DATA FOR PROCESSING:
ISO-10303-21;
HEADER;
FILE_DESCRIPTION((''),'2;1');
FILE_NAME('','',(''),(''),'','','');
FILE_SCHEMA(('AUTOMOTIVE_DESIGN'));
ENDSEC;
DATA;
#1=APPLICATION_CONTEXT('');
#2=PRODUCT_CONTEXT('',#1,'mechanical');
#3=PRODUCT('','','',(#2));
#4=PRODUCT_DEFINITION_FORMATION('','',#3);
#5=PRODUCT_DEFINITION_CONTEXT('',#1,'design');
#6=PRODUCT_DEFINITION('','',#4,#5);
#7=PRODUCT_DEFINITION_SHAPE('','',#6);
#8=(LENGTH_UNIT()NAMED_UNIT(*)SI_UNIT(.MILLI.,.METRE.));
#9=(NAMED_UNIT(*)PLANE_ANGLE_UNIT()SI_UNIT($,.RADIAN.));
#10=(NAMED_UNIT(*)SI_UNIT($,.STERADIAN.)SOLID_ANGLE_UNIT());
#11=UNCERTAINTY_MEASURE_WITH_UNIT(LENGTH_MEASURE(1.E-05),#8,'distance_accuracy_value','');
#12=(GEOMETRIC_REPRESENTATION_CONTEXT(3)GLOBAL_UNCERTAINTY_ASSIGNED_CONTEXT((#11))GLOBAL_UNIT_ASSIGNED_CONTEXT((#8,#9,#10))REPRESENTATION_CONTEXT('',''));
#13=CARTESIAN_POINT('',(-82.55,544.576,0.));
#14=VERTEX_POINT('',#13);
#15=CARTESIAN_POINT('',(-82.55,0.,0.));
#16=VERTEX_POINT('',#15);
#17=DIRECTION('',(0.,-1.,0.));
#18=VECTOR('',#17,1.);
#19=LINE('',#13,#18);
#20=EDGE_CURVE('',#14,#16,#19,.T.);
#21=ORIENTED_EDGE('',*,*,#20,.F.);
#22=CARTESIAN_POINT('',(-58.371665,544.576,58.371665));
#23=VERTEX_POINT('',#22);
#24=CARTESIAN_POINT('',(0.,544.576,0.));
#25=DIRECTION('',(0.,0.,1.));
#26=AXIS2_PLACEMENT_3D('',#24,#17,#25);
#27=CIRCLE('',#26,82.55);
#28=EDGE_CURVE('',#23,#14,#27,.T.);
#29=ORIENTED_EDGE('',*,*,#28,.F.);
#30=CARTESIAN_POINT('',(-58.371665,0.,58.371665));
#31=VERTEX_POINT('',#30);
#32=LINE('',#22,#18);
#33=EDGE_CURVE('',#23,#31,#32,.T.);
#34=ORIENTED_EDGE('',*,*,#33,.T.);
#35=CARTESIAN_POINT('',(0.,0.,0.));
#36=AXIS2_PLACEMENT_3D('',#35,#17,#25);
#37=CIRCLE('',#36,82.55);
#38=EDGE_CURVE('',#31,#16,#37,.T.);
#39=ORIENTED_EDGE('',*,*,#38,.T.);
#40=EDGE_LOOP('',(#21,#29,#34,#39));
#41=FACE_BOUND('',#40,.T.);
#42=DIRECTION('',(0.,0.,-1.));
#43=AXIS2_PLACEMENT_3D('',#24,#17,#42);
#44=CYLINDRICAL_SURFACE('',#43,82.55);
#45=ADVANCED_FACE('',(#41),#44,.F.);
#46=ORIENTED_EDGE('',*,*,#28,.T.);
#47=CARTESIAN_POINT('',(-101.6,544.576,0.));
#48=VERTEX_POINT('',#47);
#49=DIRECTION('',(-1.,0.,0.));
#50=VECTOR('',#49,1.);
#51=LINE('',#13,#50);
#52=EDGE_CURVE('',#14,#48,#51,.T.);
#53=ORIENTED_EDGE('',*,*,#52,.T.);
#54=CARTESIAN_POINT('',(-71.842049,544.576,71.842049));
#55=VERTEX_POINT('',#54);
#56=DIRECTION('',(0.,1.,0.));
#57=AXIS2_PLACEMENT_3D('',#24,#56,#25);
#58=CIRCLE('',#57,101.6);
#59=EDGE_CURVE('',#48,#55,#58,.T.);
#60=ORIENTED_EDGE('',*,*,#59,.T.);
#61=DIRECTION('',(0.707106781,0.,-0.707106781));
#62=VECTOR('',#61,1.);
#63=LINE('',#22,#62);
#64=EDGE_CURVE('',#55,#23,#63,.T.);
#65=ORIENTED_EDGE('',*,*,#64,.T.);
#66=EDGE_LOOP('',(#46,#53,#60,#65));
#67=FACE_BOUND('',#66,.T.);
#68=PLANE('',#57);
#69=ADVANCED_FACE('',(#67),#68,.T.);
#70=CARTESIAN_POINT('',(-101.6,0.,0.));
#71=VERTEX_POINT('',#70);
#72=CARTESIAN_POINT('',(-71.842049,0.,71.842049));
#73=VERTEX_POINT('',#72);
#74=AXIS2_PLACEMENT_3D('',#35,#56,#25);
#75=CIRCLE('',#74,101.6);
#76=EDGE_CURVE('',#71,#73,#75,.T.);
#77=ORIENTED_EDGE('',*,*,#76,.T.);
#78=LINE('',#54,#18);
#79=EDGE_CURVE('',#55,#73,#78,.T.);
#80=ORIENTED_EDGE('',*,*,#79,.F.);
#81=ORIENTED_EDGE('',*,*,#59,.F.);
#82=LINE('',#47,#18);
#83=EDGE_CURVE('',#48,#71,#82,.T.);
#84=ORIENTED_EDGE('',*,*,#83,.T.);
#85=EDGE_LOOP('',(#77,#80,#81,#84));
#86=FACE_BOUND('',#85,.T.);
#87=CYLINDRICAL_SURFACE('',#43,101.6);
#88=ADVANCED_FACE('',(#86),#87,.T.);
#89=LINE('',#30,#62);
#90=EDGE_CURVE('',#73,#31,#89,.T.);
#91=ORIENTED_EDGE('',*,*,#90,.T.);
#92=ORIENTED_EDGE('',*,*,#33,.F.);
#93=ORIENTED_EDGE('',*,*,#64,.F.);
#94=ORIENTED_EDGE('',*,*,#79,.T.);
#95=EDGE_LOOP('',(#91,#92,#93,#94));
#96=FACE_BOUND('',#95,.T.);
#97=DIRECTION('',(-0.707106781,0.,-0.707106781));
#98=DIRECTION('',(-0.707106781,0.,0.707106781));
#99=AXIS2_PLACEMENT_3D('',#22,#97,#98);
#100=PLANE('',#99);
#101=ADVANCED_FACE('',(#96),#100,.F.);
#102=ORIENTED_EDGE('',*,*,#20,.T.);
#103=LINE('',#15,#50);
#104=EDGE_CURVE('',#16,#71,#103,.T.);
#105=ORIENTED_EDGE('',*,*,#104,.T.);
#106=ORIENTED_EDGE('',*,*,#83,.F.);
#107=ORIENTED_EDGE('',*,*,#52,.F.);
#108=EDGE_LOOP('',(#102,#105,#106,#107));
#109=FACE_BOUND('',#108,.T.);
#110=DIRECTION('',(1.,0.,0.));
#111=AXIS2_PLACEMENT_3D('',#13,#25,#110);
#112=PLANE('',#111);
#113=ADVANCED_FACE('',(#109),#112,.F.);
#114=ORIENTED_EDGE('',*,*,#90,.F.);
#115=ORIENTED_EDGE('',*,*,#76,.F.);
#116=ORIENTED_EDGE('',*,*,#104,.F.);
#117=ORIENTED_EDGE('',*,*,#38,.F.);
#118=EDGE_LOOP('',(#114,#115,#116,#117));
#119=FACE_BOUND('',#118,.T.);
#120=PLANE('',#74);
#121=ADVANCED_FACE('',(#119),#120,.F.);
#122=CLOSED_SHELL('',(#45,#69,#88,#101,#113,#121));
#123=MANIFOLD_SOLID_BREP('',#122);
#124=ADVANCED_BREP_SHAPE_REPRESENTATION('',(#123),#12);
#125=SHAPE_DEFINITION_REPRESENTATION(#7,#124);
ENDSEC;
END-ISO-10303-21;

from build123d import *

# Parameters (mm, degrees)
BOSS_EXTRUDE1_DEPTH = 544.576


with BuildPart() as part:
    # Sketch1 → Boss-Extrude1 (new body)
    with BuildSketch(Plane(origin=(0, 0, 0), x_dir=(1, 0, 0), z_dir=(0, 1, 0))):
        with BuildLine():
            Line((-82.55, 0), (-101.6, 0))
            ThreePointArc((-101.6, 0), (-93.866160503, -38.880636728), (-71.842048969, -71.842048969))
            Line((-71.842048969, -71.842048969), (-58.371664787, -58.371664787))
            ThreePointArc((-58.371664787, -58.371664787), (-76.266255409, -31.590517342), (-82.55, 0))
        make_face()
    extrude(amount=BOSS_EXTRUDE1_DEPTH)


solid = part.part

YOUR TASK:
Could you restate word for word the lines above, from the one that contains "#62=VECTOR('',#61,1.);" through the one that contains "#77=ORIENTED_EDGE('',*,*,#76,.T.);", and no others?

SOLUTION FOR THIS TASK:
#62=VECTOR('',#61,1.);
#63=LINE('',#22,#62);
#64=EDGE_CURVE('',#55,#23,#63,.T.);
#65=ORIENTED_EDGE('',*,*,#64,.T.);
#66=EDGE_LOOP('',(#46,#53,#60,#65));
#67=FACE_BOUND('',#66,.T.);
#68=PLANE('',#57);
#69=ADVANCED_FACE('',(#67),#68,.T.);
#70=CARTESIAN_POINT('',(-101.6,0.,0.));
#71=VERTEX_POINT('',#70);
#72=CARTESIAN_POINT('',(-71.842049,0.,71.842049));
#73=VERTEX_POINT('',#72);
#74=AXIS2_PLACEMENT_3D('',#35,#56,#25);
#75=CIRCLE('',#74,101.6);
#76=EDGE_CURVE('',#71,#73,#75,.T.);
#77=ORIENTED_EDGE('',*,*,#76,.T.);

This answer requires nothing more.